**Exercise instructions**
Copy every line from the material below that holds "AttachmentOffset".

**Records for the task**

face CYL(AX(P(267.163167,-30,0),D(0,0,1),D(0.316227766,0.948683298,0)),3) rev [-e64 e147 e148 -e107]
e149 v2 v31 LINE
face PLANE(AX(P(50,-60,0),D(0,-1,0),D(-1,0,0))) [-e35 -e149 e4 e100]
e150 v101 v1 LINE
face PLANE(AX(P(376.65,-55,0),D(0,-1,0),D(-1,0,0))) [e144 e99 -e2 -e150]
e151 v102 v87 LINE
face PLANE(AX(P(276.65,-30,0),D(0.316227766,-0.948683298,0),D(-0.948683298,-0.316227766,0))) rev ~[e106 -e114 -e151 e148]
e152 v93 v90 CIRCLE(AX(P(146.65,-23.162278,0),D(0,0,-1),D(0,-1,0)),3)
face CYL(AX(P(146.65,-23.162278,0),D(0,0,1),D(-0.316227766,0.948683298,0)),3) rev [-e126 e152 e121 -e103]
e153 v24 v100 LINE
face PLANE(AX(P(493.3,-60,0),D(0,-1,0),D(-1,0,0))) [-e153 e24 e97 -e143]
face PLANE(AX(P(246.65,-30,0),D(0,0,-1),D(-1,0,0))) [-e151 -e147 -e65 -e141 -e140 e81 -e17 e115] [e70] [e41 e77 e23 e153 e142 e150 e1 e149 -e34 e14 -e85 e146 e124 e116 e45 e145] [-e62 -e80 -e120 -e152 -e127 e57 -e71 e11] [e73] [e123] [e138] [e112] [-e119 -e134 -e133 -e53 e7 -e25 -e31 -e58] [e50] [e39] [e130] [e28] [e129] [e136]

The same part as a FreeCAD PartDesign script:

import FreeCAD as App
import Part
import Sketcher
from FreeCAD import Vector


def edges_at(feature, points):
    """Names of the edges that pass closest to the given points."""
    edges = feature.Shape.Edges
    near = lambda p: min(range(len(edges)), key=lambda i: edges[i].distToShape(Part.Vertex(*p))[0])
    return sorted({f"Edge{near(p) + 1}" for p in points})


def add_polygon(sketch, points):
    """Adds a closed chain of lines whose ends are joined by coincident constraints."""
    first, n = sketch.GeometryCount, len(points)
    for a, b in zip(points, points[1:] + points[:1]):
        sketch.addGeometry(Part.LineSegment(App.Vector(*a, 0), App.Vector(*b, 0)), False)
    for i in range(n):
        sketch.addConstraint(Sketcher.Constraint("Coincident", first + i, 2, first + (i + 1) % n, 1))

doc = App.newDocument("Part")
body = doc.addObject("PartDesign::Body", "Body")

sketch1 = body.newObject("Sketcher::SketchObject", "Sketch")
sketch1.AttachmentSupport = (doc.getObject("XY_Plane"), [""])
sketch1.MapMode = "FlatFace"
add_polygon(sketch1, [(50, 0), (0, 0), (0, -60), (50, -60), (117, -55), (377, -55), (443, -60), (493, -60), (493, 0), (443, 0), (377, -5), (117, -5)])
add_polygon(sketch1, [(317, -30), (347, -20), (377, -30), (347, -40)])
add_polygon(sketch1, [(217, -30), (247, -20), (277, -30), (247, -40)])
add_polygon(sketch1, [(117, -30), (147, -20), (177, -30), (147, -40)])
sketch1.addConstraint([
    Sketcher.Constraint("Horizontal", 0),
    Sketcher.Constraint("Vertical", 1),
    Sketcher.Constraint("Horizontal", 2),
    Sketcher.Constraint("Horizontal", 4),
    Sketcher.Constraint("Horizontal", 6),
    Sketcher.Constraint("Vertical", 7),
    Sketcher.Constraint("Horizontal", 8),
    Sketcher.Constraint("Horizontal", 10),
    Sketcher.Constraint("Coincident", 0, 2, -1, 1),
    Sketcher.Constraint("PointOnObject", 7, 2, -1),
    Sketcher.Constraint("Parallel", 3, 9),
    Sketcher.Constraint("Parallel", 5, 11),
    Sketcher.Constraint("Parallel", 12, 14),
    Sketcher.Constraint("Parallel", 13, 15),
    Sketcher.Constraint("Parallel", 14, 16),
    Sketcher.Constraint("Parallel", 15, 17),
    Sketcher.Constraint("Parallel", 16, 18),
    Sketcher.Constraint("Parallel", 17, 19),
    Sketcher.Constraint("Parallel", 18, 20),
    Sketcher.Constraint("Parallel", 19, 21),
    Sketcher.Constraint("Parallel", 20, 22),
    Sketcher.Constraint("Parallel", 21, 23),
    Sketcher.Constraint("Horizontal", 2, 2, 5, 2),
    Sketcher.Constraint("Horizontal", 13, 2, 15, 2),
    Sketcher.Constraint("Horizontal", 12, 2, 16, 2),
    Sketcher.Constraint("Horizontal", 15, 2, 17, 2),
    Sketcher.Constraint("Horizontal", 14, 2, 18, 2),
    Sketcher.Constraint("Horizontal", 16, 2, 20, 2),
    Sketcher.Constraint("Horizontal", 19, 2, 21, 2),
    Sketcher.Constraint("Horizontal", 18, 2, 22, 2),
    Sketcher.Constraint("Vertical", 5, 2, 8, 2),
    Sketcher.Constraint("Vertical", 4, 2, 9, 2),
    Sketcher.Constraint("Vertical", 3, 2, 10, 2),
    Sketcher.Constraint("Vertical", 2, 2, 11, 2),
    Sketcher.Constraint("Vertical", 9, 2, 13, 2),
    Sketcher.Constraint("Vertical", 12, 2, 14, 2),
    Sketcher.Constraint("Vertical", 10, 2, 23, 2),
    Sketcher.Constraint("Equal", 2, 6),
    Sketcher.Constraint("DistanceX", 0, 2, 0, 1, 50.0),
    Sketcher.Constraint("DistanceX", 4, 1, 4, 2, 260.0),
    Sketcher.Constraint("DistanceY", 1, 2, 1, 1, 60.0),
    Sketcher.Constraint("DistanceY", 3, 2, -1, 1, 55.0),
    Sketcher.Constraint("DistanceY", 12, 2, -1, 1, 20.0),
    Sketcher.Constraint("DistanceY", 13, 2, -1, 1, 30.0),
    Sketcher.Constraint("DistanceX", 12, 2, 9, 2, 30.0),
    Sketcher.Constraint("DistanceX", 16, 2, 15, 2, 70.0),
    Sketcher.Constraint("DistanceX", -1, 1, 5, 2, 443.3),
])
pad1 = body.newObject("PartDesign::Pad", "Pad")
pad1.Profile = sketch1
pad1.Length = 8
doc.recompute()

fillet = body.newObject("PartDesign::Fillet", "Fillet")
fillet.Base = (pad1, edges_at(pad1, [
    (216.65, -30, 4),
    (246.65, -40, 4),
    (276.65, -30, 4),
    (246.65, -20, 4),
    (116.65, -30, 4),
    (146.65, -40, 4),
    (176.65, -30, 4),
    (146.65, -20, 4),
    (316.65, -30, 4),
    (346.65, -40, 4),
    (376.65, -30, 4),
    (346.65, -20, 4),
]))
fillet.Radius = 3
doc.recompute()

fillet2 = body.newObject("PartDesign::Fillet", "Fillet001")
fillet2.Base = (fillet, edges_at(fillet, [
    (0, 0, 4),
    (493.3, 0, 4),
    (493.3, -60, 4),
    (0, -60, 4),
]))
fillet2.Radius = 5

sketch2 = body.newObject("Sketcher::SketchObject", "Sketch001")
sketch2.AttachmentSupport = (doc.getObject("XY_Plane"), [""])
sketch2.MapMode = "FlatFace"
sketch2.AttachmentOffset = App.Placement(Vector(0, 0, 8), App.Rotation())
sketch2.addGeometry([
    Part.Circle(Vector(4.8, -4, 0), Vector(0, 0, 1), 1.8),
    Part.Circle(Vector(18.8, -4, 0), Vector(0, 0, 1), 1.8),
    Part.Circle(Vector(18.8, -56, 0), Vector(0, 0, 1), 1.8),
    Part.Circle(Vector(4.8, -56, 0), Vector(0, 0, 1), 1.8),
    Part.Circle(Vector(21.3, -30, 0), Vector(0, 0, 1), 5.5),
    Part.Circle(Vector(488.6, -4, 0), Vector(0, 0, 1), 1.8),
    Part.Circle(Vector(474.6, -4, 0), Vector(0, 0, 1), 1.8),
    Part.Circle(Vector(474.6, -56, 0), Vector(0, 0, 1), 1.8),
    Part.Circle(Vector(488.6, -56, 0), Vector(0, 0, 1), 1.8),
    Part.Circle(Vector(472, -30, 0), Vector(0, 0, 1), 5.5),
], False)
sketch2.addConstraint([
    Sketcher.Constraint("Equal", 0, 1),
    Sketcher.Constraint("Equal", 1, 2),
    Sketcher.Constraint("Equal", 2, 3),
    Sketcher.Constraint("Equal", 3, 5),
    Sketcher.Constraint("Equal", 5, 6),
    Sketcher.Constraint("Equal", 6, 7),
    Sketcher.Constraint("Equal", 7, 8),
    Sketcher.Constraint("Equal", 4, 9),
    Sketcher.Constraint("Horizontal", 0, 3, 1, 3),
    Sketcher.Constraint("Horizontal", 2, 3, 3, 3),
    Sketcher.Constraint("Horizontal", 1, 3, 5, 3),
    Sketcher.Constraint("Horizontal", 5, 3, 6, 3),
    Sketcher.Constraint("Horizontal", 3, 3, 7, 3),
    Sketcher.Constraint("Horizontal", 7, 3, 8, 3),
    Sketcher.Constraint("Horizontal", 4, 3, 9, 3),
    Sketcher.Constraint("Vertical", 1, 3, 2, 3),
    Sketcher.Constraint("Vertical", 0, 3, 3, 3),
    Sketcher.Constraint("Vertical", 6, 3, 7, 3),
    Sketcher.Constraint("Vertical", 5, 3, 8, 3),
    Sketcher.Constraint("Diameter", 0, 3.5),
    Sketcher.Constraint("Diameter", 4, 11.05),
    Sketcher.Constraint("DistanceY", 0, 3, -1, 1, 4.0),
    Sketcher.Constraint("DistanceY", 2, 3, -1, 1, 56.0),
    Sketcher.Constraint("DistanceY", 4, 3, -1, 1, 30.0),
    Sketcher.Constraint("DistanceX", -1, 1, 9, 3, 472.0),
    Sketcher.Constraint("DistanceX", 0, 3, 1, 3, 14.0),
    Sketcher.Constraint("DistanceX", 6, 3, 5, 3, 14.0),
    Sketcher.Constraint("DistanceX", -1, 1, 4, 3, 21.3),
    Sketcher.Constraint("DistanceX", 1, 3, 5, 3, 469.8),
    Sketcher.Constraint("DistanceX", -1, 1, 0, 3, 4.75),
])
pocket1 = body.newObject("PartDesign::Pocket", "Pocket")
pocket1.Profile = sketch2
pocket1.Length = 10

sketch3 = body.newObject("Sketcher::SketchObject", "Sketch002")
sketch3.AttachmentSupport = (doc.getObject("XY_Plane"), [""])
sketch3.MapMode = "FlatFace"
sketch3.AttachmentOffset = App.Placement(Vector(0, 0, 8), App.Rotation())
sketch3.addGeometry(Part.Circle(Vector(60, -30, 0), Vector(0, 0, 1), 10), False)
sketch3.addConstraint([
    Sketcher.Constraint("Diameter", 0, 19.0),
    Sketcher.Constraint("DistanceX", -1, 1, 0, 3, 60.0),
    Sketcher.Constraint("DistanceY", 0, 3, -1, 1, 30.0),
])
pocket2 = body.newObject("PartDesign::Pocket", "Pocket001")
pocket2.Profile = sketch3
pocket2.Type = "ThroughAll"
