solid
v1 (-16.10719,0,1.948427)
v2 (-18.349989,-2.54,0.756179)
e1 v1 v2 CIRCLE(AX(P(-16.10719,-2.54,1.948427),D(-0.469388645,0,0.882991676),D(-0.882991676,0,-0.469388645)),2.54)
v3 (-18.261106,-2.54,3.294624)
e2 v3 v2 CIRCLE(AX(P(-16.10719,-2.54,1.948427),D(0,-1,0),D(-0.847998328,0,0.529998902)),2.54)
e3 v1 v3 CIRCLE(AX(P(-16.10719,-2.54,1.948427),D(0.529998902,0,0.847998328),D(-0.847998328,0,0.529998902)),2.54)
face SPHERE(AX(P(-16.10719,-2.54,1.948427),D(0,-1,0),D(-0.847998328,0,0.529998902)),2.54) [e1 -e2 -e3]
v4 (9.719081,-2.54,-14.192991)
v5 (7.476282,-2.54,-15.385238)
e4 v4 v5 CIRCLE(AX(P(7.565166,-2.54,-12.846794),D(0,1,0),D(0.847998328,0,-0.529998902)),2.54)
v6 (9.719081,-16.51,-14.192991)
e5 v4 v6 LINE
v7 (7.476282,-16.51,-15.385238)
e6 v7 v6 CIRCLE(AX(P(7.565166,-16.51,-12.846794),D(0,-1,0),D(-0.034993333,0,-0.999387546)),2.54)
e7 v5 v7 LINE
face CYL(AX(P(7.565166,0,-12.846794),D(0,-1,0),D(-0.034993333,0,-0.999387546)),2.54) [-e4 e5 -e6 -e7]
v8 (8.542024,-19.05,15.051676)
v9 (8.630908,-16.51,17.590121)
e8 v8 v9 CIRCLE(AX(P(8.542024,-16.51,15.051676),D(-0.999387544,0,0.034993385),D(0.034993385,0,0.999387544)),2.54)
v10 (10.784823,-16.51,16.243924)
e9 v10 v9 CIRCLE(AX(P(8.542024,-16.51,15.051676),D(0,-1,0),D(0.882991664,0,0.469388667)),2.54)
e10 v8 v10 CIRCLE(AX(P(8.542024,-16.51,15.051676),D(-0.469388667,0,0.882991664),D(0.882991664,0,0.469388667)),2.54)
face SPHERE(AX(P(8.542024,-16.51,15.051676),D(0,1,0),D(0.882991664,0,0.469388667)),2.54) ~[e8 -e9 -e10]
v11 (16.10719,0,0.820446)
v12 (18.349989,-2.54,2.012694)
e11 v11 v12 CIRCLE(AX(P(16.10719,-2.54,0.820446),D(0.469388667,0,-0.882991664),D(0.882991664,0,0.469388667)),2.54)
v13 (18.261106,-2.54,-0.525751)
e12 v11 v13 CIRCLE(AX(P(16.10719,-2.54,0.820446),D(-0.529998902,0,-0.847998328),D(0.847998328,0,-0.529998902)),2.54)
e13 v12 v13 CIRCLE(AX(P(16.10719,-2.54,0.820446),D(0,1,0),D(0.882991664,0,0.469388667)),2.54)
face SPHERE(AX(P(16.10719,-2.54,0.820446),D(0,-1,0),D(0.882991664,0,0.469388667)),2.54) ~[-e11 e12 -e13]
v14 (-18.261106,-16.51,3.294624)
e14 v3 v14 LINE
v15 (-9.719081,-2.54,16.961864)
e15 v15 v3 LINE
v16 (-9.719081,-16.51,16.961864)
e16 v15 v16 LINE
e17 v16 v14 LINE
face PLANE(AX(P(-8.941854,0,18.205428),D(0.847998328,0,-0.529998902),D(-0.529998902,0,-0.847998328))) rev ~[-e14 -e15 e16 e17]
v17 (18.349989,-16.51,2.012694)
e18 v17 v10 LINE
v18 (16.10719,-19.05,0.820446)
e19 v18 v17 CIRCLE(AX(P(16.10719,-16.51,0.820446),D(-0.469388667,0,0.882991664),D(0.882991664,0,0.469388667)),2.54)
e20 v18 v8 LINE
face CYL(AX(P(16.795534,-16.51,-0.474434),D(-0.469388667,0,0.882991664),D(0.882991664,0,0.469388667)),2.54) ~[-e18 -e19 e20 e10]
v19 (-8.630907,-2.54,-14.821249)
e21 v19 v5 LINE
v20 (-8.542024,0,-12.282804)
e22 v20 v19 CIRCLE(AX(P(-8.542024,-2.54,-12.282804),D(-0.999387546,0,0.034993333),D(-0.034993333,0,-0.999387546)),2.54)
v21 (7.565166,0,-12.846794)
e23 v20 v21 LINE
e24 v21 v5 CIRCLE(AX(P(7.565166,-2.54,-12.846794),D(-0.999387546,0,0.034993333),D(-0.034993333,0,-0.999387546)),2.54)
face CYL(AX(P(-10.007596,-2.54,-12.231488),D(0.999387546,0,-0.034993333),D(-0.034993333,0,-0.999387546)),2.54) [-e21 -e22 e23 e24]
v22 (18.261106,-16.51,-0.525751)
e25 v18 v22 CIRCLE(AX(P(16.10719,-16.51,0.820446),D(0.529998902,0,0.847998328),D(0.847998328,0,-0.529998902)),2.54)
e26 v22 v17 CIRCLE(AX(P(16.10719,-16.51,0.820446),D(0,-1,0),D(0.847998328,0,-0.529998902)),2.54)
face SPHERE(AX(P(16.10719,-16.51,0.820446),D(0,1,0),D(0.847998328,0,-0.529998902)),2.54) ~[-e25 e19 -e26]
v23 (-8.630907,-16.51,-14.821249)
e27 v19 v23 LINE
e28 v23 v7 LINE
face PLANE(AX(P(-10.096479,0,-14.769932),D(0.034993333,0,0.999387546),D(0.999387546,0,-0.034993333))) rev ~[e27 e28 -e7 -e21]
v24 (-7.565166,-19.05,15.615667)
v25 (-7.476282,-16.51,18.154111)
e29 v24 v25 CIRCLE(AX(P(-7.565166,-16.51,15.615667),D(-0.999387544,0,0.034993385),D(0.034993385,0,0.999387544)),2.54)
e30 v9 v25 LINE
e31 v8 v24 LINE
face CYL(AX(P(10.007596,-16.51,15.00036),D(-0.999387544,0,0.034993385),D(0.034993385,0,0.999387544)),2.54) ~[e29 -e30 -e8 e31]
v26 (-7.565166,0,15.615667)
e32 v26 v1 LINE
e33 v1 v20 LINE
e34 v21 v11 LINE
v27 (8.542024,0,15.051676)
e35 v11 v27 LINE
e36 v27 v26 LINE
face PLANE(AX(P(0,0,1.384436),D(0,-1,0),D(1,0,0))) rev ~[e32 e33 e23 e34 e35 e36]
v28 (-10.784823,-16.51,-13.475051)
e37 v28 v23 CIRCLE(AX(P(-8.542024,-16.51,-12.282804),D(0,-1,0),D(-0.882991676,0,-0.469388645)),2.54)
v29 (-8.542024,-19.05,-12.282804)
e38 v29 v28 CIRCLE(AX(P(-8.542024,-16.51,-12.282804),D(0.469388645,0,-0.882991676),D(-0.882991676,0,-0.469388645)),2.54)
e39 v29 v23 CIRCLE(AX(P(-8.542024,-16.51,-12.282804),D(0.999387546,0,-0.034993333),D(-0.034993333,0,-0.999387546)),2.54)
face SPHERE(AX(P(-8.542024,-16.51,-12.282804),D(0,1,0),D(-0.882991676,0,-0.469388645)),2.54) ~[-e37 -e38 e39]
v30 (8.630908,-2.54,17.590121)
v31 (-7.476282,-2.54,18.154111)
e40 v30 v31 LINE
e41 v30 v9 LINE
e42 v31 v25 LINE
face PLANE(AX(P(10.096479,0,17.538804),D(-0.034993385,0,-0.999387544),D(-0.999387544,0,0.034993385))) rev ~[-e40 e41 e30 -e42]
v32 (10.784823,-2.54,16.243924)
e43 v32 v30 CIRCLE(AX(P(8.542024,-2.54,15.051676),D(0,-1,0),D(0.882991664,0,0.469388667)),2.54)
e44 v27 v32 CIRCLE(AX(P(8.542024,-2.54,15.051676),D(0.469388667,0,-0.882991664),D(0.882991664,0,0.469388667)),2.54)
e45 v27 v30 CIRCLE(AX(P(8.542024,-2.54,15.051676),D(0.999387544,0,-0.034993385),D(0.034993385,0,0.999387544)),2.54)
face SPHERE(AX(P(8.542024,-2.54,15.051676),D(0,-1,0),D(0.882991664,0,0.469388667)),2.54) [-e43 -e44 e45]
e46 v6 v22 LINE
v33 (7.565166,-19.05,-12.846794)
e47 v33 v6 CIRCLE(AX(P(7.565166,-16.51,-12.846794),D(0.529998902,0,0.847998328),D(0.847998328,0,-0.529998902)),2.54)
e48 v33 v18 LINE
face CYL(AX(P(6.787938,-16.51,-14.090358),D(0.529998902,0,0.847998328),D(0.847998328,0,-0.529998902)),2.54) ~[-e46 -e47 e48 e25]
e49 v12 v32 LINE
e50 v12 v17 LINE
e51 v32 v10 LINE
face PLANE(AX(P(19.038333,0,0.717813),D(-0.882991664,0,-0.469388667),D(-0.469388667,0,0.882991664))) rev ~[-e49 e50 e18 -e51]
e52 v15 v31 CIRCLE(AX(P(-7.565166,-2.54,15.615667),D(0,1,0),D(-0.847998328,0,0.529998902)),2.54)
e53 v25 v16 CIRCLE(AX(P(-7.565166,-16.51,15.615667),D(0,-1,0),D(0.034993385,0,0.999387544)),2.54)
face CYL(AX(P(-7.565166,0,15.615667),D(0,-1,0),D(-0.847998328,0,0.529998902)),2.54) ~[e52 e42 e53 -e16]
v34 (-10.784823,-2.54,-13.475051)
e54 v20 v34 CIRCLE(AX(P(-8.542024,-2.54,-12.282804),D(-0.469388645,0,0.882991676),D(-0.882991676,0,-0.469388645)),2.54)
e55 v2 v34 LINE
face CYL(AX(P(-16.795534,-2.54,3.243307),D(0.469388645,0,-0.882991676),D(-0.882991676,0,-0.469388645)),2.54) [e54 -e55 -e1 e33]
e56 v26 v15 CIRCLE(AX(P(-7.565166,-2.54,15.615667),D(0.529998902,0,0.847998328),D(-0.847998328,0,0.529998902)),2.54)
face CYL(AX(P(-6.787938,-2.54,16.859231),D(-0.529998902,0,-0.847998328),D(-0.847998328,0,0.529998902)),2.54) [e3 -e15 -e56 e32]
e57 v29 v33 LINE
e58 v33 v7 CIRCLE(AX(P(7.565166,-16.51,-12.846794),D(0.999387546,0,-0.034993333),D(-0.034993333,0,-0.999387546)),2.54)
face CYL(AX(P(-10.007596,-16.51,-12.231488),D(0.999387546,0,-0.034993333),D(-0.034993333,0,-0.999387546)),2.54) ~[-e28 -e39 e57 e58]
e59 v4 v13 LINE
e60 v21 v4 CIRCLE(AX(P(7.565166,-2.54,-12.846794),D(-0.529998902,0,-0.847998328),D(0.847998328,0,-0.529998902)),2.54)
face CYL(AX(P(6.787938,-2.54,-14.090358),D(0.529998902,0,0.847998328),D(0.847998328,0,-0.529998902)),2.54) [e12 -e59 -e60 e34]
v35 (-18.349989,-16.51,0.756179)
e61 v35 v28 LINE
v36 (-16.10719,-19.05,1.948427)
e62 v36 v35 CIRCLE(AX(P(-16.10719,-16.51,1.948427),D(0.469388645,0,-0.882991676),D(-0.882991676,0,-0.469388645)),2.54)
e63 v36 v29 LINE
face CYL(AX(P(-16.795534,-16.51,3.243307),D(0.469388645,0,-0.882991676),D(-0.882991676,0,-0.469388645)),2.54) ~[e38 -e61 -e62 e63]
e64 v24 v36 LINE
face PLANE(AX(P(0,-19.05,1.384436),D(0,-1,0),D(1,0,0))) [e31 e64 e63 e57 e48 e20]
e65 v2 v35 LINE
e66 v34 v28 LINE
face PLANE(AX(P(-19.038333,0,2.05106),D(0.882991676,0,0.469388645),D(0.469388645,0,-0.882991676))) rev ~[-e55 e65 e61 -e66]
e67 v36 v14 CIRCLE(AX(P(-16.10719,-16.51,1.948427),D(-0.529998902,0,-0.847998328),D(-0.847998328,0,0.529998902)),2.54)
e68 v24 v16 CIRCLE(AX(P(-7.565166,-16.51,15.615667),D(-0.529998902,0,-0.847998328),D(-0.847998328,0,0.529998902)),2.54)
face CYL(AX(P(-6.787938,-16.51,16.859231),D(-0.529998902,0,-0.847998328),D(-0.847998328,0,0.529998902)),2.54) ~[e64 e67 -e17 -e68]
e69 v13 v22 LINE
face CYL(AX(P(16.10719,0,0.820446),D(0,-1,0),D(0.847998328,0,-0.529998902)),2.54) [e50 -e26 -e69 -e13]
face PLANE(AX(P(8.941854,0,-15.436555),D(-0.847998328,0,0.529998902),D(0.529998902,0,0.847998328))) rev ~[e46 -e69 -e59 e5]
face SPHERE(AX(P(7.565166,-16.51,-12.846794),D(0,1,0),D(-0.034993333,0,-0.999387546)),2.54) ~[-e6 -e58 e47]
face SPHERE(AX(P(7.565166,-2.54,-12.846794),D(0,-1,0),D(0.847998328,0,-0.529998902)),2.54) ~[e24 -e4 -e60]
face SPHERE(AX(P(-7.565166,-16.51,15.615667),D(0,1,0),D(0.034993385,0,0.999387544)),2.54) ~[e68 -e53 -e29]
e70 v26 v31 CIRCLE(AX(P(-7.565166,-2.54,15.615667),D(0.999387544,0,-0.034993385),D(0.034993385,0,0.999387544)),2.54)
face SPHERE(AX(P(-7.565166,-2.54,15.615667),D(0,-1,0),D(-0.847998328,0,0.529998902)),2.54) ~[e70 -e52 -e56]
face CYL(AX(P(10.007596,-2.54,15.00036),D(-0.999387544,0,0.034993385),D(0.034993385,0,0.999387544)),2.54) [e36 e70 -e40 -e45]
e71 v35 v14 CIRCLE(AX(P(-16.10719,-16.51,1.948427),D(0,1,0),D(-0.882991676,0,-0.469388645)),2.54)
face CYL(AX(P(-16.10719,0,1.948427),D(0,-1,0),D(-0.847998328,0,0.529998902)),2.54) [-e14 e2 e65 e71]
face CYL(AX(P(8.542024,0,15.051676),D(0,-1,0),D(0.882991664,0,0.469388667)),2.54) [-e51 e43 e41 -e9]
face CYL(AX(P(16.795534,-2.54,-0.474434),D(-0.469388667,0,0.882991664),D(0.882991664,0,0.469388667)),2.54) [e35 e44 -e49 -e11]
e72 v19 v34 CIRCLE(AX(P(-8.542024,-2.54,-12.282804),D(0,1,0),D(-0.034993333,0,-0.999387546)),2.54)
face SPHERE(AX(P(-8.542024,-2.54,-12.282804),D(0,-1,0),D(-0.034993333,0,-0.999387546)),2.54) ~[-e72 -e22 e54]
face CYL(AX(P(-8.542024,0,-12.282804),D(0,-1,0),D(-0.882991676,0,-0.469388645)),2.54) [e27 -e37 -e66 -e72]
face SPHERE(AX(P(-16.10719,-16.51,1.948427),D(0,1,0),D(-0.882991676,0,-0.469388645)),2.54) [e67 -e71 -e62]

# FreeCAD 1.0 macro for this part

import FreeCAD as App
import Part
import Sketcher

V = App.Vector
Q = App.Units.Quantity


def add_polygon(sketch, points):
    """Adds a closed chain of lines whose ends are joined by coincident constraints."""
    first, n = sketch.GeometryCount, len(points)
    for a, b in zip(points, points[1:] + points[:1]):
        sketch.addGeometry(Part.LineSegment(App.Vector(*a, 0), App.Vector(*b, 0)), False)
    for i in range(n):
        sketch.addConstraint(Sketcher.Constraint("Coincident", first + i, 2, first + (i + 1) % n, 1))

doc = App.newDocument("Part")
body = doc.addObject("PartDesign::Body", "Body")

# Sketch on XZ plane
sketch1 = body.newObject("Sketcher::SketchObject", "Sketch")
sketch1.AttachmentSupport = (doc.getObject("XZ_Plane"), [""])
sketch1.MapMode = "FlatFace"
add_polygon(sketch1, [(-9, 18), (-19, 2), (-10, -15), (9, -15), (19, 1), (10, 18)])  # lines 0-5
sketch1.addConstraint(Sketcher.Constraint("Parallel", 0, 3))
sketch1.addConstraint(Sketcher.Constraint("Parallel", 1, 4))
sketch1.addConstraint(Sketcher.Constraint("Parallel", 2, 5))
sketch1.addConstraint(Sketcher.Constraint("Equal", 0, 1))
sketch1.addConstraint(Sketcher.Constraint("Equal", 1, 2))
sketch1.addConstraint(Sketcher.Constraint("Equal", 2, 3))
sketch1.addConstraint(Sketcher.Constraint("Distance", 0, Q("0.75 in")))
sketch1.addConstraint(Sketcher.Constraint("DistanceY", -1, 1, 0, 2, 2.05106))
sketch1.addConstraint(Sketcher.Constraint("DistanceX", 1, 2, -1, 1, 10.096479))
sketch1.addConstraint(Sketcher.Constraint("DistanceX", -1, 1, 4, 2, 10.096479))
sketch1.addConstraint(Sketcher.Constraint("DistanceY", -1, 1, 5, 2, 18.205428))
sketch1.addConstraint(Sketcher.Constraint("DistanceY", 3, 2, 4, 2, 16.820991))
pad1 = body.newObject("PartDesign::Pad", "Pad")
pad1.Profile = sketch1
pad1.Length = Q("0.75 in")
doc.recompute()

fillet = body.newObject("PartDesign::Fillet", "Fillet")
fillet.Base = (pad1, ["Edge1"])
fillet.UseAllEdges = True
fillet.Radius = Q("0.1 in")

doc.recompute()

**Finished exercise**
sketch2.AttachmentOffset = App.Placement(Vector(0, 0, 8), App.Rotation())
sketch3.AttachmentOffset = App.Placement(Vector(0, 0, 8), App.Rotation())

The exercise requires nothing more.